Scoring and Evaluation
Decision Fusion:
Because each task scheduled in our queue is small in spatial extent, an important stage in our connectome proofreading process is performing a task agreement step. Though our choice to make atomic, standalone tasks enabled high-throughput coverage of very large volumes in 3D space, it introduced two new challenges: fusion across multiple individual annotators for the same spatial extents, and fusion across multiple adjacent spatial extents (Figure 6). We combined multiple non-experts to approximate expert-level annotation quality (which needs to be validated empirically for a given annotator population, especially on difficult, less common morphologies). All adjacent annotation task volumes were designed to overlap by a sufficient margin to enable fusion across volume boundaries.
Fig. 6.
Fused novice Skeleton “graph” annotations with 3D meshed segmentation, illustrating the product of our visualizations with various overlays and also some of our visualization tools.
Evaluation Workflows:
To further explain our workflows, we briefly describe our synapse and neuron scoring processes. In both cases, data-science and visualization-based validation (e.g., [25], [30]) were performed to help ensure an accurate evaluation (Figure 7).
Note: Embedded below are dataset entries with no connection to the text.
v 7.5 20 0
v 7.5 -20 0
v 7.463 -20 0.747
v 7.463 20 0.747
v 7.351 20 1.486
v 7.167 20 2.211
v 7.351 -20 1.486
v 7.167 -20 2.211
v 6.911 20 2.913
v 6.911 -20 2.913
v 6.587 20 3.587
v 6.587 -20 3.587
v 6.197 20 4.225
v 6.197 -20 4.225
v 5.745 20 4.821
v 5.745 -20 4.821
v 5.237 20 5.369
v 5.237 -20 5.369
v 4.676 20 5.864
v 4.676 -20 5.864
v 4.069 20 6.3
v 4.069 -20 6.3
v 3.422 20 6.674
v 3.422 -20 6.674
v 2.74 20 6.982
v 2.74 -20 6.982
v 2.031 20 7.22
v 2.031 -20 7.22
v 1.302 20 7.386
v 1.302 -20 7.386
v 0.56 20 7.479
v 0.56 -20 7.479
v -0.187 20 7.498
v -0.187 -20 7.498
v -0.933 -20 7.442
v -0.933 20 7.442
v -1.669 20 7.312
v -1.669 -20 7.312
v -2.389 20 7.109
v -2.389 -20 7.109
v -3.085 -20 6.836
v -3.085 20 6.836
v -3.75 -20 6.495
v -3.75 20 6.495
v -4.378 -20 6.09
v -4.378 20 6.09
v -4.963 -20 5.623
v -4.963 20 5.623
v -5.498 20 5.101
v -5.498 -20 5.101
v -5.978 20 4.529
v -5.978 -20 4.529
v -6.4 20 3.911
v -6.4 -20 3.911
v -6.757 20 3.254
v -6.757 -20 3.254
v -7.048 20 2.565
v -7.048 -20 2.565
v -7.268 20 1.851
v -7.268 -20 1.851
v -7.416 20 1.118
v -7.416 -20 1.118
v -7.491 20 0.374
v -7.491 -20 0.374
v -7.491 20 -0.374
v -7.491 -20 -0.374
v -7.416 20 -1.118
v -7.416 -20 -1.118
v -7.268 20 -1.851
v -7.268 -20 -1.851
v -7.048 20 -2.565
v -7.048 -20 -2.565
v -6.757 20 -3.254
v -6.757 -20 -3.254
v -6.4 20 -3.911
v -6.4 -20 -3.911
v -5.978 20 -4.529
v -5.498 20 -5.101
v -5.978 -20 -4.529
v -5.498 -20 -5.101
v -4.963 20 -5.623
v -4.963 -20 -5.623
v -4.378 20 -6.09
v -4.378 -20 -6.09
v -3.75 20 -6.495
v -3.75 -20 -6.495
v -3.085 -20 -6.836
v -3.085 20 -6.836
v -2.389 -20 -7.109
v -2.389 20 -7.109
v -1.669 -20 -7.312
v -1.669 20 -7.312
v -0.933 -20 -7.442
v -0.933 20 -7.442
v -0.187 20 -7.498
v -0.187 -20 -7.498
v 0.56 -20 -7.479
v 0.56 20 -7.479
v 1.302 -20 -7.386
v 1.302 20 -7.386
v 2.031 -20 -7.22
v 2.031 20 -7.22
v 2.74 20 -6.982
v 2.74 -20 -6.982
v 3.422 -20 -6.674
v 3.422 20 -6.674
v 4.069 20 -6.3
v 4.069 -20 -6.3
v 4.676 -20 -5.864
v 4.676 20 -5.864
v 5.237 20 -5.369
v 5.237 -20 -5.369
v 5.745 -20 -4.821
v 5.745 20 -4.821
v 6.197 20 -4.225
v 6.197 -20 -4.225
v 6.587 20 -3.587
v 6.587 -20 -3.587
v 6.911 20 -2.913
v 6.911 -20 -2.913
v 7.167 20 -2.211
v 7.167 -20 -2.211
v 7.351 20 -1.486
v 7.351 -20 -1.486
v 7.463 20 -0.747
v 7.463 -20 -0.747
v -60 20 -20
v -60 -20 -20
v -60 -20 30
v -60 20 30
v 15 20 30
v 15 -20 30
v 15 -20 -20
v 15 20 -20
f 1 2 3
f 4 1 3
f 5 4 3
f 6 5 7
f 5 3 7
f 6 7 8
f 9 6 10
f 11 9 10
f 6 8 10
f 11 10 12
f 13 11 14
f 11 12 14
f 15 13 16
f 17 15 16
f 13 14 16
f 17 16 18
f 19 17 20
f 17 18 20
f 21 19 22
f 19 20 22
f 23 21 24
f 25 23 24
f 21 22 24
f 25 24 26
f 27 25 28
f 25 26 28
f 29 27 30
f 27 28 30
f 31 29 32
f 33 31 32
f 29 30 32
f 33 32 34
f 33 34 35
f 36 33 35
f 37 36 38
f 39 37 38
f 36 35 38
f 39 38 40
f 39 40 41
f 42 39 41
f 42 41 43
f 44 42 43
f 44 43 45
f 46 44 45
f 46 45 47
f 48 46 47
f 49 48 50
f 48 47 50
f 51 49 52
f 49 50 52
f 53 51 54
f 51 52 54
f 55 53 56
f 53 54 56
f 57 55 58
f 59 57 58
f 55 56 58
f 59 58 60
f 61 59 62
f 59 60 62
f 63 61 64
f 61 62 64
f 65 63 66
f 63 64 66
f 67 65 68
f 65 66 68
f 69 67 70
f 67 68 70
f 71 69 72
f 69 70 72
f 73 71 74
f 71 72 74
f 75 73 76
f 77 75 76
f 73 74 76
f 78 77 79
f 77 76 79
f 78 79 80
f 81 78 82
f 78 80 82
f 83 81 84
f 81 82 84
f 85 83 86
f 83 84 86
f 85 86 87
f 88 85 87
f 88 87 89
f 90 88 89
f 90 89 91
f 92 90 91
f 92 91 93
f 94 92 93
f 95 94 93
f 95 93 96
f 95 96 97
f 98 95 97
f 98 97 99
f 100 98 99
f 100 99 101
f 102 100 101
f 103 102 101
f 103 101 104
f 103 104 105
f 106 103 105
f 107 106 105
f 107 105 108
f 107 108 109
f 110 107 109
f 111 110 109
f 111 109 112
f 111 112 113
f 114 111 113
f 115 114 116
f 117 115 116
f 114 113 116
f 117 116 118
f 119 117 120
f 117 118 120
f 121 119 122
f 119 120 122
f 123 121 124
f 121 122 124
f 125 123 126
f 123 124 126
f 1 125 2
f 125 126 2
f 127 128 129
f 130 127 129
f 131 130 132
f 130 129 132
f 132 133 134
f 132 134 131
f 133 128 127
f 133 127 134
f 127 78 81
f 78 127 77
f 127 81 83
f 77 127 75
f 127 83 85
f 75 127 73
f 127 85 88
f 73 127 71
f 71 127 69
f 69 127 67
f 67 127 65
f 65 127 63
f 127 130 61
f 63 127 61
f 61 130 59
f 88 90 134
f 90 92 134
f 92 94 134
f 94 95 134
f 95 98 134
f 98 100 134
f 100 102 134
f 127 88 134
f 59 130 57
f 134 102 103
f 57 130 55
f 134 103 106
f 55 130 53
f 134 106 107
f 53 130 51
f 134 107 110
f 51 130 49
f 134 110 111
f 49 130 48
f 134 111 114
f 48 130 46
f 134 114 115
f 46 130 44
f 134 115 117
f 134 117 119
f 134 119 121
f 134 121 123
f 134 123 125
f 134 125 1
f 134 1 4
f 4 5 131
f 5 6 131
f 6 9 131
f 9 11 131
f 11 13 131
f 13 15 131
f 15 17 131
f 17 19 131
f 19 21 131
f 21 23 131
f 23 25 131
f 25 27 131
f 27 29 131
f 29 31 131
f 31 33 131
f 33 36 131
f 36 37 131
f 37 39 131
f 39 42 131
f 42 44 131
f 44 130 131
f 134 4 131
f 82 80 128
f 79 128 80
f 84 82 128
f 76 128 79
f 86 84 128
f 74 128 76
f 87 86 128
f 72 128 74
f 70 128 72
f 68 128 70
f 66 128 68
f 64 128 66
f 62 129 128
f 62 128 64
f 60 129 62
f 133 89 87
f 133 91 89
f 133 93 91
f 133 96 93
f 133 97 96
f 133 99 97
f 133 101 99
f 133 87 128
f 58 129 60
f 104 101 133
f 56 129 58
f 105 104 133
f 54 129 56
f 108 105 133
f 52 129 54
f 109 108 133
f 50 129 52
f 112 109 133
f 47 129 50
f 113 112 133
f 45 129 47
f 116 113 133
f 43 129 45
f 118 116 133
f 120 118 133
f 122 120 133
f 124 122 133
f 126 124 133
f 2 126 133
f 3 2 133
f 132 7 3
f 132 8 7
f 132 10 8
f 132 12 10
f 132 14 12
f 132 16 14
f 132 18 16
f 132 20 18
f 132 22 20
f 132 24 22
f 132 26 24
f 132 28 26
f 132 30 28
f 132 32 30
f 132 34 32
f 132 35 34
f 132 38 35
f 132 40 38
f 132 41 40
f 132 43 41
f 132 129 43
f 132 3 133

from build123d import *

# Parameters (mm, degrees)
F0_W     = 75
F0_H     = 50
F1_DEPTH = 20
F2_R     = 7.5
F3_DEPTH = 40


with BuildPart() as f1:
    # F0 (on Front) → F1 (new body, symmetric)
    with BuildSketch(Plane.XZ):
        with Locations((-22.5, 5)):
            Rectangle(F0_W, F0_H)
    extrude(amount=F1_DEPTH, both=True)

    # F2 (on face) → F3 (cut, through all)
    with BuildSketch(Plane.XZ.offset(20)):
        Circle(F2_R)
    extrude(amount=-F3_DEPTH, mode=Mode.SUBTRACT)


solid = f1.part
These can include larger-scale graph-based analyses, as well as sampling large processes for visualization and qualitative assessment to put our atomic tasks into context and provide quality assurance.
Fig. 7.
Overall CONFIRMS ecosystem connecting our proofreading and analysis tools into an evaluation workflow to assess connectome quality for downstream inference, based on an unseen (or “black box”) processing pipeline.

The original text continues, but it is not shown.